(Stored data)
____________

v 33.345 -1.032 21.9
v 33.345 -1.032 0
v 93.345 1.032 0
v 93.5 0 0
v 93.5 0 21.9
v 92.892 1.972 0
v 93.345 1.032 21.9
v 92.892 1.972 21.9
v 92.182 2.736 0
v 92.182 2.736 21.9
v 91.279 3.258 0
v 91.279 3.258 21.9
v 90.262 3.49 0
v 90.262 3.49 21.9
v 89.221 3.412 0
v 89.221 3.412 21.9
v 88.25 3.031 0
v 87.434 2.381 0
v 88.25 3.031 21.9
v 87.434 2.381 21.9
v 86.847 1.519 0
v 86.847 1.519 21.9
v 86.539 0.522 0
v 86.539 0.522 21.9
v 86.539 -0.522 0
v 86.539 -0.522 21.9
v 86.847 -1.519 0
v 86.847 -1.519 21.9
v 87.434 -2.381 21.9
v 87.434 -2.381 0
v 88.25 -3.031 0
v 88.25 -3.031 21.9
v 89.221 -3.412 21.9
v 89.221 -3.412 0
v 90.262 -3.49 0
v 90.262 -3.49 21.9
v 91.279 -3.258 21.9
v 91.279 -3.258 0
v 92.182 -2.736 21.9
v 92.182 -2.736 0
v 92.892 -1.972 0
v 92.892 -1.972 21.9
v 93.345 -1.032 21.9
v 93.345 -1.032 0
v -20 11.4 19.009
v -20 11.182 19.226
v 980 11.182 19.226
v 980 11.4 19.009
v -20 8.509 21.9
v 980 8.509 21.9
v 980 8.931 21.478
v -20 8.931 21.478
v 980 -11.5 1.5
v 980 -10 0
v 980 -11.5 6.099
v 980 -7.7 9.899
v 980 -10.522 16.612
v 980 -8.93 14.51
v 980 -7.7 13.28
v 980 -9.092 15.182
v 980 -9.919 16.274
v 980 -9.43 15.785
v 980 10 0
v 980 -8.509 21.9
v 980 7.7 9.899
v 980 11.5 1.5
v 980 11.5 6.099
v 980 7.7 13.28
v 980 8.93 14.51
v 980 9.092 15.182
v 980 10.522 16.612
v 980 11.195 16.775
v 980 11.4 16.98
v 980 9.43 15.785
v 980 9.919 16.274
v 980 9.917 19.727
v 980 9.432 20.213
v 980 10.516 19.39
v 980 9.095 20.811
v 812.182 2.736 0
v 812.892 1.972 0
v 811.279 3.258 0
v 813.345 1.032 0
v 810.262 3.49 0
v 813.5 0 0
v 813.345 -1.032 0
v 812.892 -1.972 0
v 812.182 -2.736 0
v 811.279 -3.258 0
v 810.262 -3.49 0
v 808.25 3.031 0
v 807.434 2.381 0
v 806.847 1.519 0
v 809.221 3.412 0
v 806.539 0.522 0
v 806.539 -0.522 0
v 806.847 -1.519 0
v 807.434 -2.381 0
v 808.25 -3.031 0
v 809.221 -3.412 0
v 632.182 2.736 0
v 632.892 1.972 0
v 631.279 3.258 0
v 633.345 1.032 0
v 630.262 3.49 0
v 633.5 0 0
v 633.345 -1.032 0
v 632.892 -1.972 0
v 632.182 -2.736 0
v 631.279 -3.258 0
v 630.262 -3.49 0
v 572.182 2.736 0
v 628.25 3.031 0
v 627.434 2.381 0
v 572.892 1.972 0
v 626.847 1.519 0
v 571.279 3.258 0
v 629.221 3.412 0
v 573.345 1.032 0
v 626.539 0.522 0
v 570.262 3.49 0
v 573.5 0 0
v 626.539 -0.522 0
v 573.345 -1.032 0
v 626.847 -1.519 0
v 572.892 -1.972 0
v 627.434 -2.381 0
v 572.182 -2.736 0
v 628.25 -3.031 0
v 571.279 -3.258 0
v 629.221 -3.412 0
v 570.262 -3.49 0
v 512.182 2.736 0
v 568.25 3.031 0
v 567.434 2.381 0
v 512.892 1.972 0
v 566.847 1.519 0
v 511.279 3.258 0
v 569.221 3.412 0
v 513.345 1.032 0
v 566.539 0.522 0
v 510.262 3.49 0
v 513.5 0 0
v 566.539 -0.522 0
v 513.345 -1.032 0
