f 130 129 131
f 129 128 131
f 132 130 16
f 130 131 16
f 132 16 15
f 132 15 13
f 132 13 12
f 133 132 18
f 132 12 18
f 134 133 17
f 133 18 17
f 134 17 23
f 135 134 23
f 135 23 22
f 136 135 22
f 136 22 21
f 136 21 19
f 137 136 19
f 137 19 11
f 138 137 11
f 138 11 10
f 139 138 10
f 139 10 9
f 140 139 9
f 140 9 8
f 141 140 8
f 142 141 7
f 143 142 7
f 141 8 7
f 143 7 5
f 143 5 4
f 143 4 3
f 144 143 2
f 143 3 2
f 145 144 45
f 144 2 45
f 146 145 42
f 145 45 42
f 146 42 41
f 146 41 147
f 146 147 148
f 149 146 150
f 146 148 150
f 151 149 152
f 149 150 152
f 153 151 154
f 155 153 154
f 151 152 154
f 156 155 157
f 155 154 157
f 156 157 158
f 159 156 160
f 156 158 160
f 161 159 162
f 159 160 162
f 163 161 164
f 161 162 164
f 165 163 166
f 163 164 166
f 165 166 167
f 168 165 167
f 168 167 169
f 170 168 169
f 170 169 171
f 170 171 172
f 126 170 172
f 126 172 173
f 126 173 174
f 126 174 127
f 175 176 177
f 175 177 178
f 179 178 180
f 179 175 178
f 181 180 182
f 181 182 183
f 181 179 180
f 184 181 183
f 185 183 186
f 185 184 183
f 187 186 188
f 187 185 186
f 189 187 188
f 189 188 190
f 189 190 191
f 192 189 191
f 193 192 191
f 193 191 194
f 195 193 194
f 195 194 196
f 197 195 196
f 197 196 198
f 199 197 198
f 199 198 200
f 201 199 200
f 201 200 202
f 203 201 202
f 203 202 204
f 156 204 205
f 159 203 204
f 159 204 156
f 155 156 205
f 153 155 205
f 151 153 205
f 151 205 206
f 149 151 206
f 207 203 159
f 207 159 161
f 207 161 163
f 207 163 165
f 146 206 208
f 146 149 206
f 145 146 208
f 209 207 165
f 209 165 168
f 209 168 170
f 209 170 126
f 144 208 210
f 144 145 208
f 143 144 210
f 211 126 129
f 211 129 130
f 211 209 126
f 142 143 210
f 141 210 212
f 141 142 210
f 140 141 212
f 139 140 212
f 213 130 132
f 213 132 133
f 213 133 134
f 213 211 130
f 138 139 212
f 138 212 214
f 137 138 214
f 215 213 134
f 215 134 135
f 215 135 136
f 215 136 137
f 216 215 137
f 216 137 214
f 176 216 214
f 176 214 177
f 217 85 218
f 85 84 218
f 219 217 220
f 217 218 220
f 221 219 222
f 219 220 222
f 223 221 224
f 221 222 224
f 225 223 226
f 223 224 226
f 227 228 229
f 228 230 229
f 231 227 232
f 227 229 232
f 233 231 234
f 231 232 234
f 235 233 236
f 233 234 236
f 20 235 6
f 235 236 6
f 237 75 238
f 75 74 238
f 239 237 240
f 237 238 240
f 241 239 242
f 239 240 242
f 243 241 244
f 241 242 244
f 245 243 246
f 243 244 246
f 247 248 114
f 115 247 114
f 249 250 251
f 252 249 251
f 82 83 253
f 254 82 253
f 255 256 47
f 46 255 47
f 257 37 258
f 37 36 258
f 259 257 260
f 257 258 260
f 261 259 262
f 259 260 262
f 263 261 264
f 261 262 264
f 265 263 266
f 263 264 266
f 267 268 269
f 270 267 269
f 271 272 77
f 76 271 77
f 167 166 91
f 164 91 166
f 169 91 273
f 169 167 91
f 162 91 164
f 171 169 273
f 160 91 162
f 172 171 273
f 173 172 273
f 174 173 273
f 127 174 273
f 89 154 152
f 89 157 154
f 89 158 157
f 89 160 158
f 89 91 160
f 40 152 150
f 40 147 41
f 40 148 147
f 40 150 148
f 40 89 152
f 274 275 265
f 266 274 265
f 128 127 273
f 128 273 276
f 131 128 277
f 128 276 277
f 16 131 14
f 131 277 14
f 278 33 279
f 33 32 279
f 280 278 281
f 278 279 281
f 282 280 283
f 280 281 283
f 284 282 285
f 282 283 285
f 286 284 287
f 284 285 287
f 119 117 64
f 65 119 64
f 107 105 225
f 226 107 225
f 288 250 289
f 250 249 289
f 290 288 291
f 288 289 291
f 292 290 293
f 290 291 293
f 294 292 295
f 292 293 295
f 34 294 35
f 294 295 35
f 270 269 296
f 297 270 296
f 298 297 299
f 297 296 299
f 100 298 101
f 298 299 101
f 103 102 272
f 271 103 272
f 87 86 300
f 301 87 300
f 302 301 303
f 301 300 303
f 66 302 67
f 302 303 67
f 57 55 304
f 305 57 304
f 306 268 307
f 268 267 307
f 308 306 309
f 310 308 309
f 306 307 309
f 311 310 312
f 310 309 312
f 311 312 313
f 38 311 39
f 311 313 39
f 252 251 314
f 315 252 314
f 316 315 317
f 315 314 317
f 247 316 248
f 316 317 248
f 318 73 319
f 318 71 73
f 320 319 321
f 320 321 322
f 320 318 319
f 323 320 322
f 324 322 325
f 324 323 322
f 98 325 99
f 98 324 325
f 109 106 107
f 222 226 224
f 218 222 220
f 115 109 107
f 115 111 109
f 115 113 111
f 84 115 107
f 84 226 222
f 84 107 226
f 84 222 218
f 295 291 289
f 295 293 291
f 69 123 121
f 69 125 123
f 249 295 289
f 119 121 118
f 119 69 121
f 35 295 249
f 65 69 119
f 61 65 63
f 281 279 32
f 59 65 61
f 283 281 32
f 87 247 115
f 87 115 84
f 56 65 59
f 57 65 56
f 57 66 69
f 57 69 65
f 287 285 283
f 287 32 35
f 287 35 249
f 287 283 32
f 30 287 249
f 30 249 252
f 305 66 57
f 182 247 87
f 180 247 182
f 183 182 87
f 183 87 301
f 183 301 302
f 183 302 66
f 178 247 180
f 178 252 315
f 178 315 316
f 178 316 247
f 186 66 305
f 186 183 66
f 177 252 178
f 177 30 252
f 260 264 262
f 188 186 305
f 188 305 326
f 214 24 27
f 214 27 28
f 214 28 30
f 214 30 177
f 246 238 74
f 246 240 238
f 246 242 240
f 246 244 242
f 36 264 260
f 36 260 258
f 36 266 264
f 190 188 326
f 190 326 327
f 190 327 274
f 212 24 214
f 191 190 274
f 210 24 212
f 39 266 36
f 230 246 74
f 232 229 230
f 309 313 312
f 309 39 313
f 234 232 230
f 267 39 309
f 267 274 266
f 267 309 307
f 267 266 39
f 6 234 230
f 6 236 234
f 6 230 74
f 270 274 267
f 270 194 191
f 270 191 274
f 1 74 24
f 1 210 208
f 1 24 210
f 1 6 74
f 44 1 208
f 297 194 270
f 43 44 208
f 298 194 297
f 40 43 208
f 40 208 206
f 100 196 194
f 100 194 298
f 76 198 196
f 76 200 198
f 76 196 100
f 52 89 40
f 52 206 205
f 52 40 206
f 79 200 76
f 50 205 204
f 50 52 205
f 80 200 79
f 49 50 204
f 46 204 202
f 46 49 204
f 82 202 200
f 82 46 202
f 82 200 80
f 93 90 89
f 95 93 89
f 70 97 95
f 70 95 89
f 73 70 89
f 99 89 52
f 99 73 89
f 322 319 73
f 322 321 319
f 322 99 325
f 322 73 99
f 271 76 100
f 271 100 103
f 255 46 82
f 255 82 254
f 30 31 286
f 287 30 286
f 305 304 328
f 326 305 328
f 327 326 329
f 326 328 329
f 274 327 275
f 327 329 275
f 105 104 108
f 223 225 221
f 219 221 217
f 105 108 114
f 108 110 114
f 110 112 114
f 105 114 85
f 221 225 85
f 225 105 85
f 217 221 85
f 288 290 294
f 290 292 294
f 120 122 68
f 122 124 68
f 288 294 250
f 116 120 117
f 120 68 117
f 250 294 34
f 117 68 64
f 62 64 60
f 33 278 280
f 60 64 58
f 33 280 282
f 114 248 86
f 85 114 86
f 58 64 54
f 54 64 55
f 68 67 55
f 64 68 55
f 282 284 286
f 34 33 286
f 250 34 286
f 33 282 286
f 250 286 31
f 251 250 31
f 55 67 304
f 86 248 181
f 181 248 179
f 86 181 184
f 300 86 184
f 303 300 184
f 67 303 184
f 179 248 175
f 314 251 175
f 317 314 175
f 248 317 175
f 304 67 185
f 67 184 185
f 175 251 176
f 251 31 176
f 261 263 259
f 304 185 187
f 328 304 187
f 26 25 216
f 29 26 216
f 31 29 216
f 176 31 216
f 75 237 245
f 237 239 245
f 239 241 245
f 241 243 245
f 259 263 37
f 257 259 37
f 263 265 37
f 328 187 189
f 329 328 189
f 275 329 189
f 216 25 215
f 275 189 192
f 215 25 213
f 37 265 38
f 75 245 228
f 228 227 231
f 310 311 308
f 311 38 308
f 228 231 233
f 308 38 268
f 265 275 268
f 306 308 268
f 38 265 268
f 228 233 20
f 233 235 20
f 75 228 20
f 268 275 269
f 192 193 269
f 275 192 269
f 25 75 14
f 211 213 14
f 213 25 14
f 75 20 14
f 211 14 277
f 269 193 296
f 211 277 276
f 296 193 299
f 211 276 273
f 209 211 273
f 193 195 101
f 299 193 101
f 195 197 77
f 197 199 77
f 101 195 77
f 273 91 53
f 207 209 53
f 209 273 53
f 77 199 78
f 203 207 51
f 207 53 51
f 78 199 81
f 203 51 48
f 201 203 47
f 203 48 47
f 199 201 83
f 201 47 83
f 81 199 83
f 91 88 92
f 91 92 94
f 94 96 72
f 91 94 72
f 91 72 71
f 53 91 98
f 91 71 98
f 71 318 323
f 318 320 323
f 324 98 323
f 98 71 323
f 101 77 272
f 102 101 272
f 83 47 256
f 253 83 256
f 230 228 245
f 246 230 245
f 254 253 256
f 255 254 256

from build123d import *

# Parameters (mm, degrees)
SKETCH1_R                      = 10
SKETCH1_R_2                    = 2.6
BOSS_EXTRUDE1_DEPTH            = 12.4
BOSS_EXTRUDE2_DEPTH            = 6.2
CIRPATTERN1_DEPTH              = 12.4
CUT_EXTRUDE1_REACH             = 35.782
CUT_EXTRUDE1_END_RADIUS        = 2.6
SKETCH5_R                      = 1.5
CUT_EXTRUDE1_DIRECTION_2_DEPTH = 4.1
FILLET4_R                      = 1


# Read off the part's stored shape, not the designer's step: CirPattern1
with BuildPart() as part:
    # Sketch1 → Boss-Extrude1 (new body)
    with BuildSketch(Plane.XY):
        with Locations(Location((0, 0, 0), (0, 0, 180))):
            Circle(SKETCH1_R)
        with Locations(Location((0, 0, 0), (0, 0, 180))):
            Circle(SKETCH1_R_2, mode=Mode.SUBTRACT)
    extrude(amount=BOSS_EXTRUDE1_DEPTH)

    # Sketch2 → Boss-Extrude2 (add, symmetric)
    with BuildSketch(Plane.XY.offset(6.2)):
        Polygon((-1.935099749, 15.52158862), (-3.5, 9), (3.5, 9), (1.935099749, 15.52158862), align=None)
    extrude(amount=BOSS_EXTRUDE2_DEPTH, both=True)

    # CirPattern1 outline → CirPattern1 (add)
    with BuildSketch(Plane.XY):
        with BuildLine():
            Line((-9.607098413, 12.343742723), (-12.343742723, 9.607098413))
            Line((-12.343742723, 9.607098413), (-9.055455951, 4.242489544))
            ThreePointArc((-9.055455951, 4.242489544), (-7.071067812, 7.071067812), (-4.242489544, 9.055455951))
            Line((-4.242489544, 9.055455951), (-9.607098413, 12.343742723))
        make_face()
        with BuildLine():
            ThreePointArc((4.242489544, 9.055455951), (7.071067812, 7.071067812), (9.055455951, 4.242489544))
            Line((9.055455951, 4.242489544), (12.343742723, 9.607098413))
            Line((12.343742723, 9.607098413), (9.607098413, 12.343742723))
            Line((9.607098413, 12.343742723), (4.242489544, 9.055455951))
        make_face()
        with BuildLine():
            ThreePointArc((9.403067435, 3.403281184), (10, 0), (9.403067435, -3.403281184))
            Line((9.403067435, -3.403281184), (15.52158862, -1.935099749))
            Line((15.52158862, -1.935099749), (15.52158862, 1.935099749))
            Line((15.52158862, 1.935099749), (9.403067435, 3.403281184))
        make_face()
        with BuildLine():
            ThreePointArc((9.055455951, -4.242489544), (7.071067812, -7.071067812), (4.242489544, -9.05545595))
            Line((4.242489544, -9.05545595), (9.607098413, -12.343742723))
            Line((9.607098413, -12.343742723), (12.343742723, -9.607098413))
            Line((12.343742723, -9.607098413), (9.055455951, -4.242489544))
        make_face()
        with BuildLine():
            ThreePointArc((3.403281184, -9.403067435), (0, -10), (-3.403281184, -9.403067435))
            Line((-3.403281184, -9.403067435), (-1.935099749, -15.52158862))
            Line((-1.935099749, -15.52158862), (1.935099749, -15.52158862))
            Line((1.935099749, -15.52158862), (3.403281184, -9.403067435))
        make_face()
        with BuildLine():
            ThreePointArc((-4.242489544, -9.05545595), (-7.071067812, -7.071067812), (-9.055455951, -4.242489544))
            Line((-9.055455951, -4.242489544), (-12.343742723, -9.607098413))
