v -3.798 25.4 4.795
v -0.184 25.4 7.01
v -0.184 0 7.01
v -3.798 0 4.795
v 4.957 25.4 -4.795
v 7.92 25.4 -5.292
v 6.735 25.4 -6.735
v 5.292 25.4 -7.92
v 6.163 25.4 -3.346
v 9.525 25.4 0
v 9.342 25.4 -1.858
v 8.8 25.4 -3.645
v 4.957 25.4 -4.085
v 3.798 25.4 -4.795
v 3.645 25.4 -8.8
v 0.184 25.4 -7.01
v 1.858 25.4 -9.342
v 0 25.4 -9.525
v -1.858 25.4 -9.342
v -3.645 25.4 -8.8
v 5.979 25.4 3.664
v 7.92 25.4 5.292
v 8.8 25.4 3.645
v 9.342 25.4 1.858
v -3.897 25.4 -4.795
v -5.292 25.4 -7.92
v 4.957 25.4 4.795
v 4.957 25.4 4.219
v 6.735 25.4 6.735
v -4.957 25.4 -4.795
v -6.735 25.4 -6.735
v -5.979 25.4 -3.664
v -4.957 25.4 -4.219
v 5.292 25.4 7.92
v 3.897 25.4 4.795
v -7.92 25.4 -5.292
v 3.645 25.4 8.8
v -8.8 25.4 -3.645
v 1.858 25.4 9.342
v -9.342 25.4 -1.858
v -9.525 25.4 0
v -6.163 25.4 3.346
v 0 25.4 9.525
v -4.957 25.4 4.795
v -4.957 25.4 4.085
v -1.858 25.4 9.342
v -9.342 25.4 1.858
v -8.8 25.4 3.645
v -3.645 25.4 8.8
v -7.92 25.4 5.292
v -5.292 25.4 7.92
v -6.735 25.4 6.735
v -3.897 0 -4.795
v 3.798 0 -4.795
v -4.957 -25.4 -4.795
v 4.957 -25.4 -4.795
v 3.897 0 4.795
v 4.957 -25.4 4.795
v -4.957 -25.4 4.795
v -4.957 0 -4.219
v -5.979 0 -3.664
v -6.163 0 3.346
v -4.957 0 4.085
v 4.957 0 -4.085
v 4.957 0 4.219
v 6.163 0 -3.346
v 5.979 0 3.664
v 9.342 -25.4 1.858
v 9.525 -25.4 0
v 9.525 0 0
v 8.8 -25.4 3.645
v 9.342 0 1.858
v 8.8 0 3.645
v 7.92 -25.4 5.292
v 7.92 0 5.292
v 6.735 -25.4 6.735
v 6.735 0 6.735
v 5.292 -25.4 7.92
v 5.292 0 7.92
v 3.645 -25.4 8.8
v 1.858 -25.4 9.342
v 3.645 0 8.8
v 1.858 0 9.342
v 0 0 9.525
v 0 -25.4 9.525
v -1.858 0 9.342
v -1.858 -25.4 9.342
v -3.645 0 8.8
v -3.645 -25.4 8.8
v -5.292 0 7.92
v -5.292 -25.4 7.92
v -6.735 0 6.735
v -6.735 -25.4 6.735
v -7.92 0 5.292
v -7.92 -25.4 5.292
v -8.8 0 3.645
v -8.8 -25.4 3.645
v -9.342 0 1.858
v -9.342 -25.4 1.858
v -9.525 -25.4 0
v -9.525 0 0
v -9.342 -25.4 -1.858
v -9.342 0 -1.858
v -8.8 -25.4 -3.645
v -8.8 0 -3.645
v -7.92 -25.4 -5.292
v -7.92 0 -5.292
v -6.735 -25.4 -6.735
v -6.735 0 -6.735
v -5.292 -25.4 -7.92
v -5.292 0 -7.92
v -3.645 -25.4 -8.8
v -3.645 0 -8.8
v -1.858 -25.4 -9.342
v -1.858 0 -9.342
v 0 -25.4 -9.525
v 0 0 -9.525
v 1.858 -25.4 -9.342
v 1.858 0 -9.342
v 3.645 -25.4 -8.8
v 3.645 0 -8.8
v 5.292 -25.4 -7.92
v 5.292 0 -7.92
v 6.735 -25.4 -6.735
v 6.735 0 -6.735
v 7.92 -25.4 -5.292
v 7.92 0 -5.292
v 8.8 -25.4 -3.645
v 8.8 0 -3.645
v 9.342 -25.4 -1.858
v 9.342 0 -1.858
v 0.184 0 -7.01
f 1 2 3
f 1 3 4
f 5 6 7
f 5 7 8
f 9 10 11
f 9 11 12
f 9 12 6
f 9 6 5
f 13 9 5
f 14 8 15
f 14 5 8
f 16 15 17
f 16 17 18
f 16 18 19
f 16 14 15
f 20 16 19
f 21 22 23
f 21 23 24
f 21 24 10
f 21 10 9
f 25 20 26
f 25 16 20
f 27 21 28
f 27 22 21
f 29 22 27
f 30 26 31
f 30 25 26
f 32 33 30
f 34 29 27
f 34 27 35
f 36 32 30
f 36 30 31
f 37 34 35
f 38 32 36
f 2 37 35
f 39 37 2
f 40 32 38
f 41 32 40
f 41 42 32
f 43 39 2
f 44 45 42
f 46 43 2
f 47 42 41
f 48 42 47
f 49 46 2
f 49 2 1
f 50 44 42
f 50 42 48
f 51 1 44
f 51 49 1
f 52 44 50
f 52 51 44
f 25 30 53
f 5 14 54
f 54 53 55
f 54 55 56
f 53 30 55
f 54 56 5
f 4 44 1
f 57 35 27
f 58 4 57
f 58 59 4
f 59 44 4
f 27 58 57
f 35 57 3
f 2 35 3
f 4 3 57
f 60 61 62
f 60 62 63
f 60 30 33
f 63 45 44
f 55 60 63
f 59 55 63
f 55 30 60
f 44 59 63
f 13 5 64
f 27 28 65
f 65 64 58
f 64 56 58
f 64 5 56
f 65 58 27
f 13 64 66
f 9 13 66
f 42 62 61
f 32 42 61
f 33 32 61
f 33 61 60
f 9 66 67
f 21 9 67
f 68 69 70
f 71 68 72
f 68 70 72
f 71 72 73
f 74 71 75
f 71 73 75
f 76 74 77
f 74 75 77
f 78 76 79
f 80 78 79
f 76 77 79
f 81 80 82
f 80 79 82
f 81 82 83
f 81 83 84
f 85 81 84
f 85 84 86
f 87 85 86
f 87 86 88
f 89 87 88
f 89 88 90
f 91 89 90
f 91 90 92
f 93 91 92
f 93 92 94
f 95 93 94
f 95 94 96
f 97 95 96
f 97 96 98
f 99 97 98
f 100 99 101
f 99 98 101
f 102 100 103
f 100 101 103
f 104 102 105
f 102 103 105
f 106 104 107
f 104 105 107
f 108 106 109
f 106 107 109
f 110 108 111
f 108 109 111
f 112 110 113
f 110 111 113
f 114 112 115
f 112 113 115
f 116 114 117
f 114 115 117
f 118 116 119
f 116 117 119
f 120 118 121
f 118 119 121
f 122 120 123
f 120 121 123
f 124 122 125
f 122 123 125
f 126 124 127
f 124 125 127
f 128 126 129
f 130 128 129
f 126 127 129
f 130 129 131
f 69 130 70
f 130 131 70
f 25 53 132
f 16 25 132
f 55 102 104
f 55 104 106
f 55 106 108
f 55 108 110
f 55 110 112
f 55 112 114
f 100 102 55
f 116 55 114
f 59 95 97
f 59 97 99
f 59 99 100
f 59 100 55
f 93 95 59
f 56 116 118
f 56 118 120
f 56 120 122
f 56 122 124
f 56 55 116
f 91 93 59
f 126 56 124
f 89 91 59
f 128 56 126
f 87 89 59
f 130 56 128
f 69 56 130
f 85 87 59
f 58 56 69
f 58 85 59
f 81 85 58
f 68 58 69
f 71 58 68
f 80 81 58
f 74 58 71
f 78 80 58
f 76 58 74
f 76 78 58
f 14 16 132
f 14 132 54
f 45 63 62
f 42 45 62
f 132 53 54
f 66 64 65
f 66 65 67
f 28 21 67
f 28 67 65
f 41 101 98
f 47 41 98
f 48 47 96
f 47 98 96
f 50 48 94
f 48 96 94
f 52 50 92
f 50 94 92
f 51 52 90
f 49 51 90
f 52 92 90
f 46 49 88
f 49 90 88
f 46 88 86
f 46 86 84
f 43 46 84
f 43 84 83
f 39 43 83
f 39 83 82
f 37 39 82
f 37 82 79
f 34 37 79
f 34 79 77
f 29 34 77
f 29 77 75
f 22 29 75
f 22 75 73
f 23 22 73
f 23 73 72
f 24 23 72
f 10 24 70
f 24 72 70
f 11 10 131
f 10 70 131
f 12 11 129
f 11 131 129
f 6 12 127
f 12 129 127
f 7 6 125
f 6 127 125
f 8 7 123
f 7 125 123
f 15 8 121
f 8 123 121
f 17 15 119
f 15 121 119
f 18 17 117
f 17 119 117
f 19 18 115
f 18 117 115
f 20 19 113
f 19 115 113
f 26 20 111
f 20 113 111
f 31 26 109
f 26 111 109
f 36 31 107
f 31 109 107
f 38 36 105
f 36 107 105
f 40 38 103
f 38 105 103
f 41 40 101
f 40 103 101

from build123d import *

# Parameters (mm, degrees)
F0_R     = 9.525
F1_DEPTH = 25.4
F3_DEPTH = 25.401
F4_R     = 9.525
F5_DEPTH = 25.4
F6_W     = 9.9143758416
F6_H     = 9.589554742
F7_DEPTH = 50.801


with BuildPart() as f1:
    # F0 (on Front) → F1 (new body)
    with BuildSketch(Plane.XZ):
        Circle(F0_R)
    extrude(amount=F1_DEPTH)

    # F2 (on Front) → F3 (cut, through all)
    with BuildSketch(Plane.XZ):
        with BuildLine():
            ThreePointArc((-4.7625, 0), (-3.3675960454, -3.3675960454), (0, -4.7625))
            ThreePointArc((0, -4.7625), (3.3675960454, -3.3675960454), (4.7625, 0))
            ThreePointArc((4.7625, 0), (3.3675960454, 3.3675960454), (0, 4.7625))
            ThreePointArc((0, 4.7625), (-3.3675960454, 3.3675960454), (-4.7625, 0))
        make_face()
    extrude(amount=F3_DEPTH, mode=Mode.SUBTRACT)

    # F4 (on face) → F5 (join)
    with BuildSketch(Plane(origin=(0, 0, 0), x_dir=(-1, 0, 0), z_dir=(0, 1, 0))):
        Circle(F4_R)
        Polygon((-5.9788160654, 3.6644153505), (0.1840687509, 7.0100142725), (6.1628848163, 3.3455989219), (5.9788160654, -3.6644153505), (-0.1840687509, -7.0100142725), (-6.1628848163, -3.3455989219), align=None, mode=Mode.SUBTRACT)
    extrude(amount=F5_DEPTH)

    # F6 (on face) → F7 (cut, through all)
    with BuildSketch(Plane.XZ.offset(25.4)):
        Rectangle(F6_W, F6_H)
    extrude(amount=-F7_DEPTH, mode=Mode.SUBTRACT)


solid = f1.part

____________

Work order: An exact copy of the lines above, from the one containing "v 88.25 -3.031 0" down to the one containing "v 566.539 0.522 0" and including both, is the whole answer; retype it and nothing else.

Finished task:
v 88.25 -3.031 0
v 88.25 -3.031 21.9
v 89.221 -3.412 21.9
v 89.221 -3.412 0
v 90.262 -3.49 0
v 90.262 -3.49 21.9
v 91.279 -3.258 21.9
v 91.279 -3.258 0
v 92.182 -2.736 21.9
v 92.182 -2.736 0
v 92.892 -1.972 0
v 92.892 -1.972 21.9
v 93.345 -1.032 21.9
v 93.345 -1.032 0
v -20 11.4 19.009
v -20 11.182 19.226
v 980 11.182 19.226
v 980 11.4 19.009
v -20 8.509 21.9
v 980 8.509 21.9
v 980 8.931 21.478
v -20 8.931 21.478
v 980 -11.5 1.5
v 980 -10 0
v 980 -11.5 6.099
v 980 -7.7 9.899
v 980 -10.522 16.612
v 980 -8.93 14.51
v 980 -7.7 13.28
v 980 -9.092 15.182
v 980 -9.919 16.274
v 980 -9.43 15.785
v 980 10 0
v 980 -8.509 21.9
v 980 7.7 9.899
v 980 11.5 1.5
v 980 11.5 6.099
v 980 7.7 13.28
v 980 8.93 14.51
v 980 9.092 15.182
v 980 10.522 16.612
v 980 11.195 16.775
v 980 11.4 16.98
v 980 9.43 15.785
v 980 9.919 16.274
v 980 9.917 19.727
v 980 9.432 20.213
v 980 10.516 19.39
v 980 9.095 20.811
v 812.182 2.736 0
v 812.892 1.972 0
v 811.279 3.258 0
v 813.345 1.032 0
v 810.262 3.49 0
v 813.5 0 0
v 813.345 -1.032 0
v 812.892 -1.972 0
v 812.182 -2.736 0
v 811.279 -3.258 0
v 810.262 -3.49 0
v 808.25 3.031 0
v 807.434 2.381 0
v 806.847 1.519 0
v 809.221 3.412 0
v 806.539 0.522 0
v 806.539 -0.522 0
v 806.847 -1.519 0
v 807.434 -2.381 0
v 808.25 -3.031 0
v 809.221 -3.412 0
v 632.182 2.736 0
v 632.892 1.972 0
v 631.279 3.258 0
v 633.345 1.032 0
v 630.262 3.49 0
v 633.5 0 0
v 633.345 -1.032 0
v 632.892 -1.972 0
v 632.182 -2.736 0
v 631.279 -3.258 0
v 630.262 -3.49 0
v 572.182 2.736 0
v 628.25 3.031 0
v 627.434 2.381 0
v 572.892 1.972 0
v 626.847 1.519 0
v 571.279 3.258 0
v 629.221 3.412 0
v 573.345 1.032 0
v 626.539 0.522 0
v 570.262 3.49 0
v 573.5 0 0
v 626.539 -0.522 0
v 573.345 -1.032 0
v 626.847 -1.519 0
v 572.892 -1.972 0
v 627.434 -2.381 0
v 572.182 -2.736 0
v 628.25 -3.031 0
v 571.279 -3.258 0
v 629.221 -3.412 0
v 570.262 -3.49 0
v 512.182 2.736 0
v 568.25 3.031 0
v 567.434 2.381 0
v 512.892 1.972 0
v 566.847 1.519 0
v 511.279 3.258 0
v 569.221 3.412 0
v 513.345 1.032 0
v 566.539 0.522 0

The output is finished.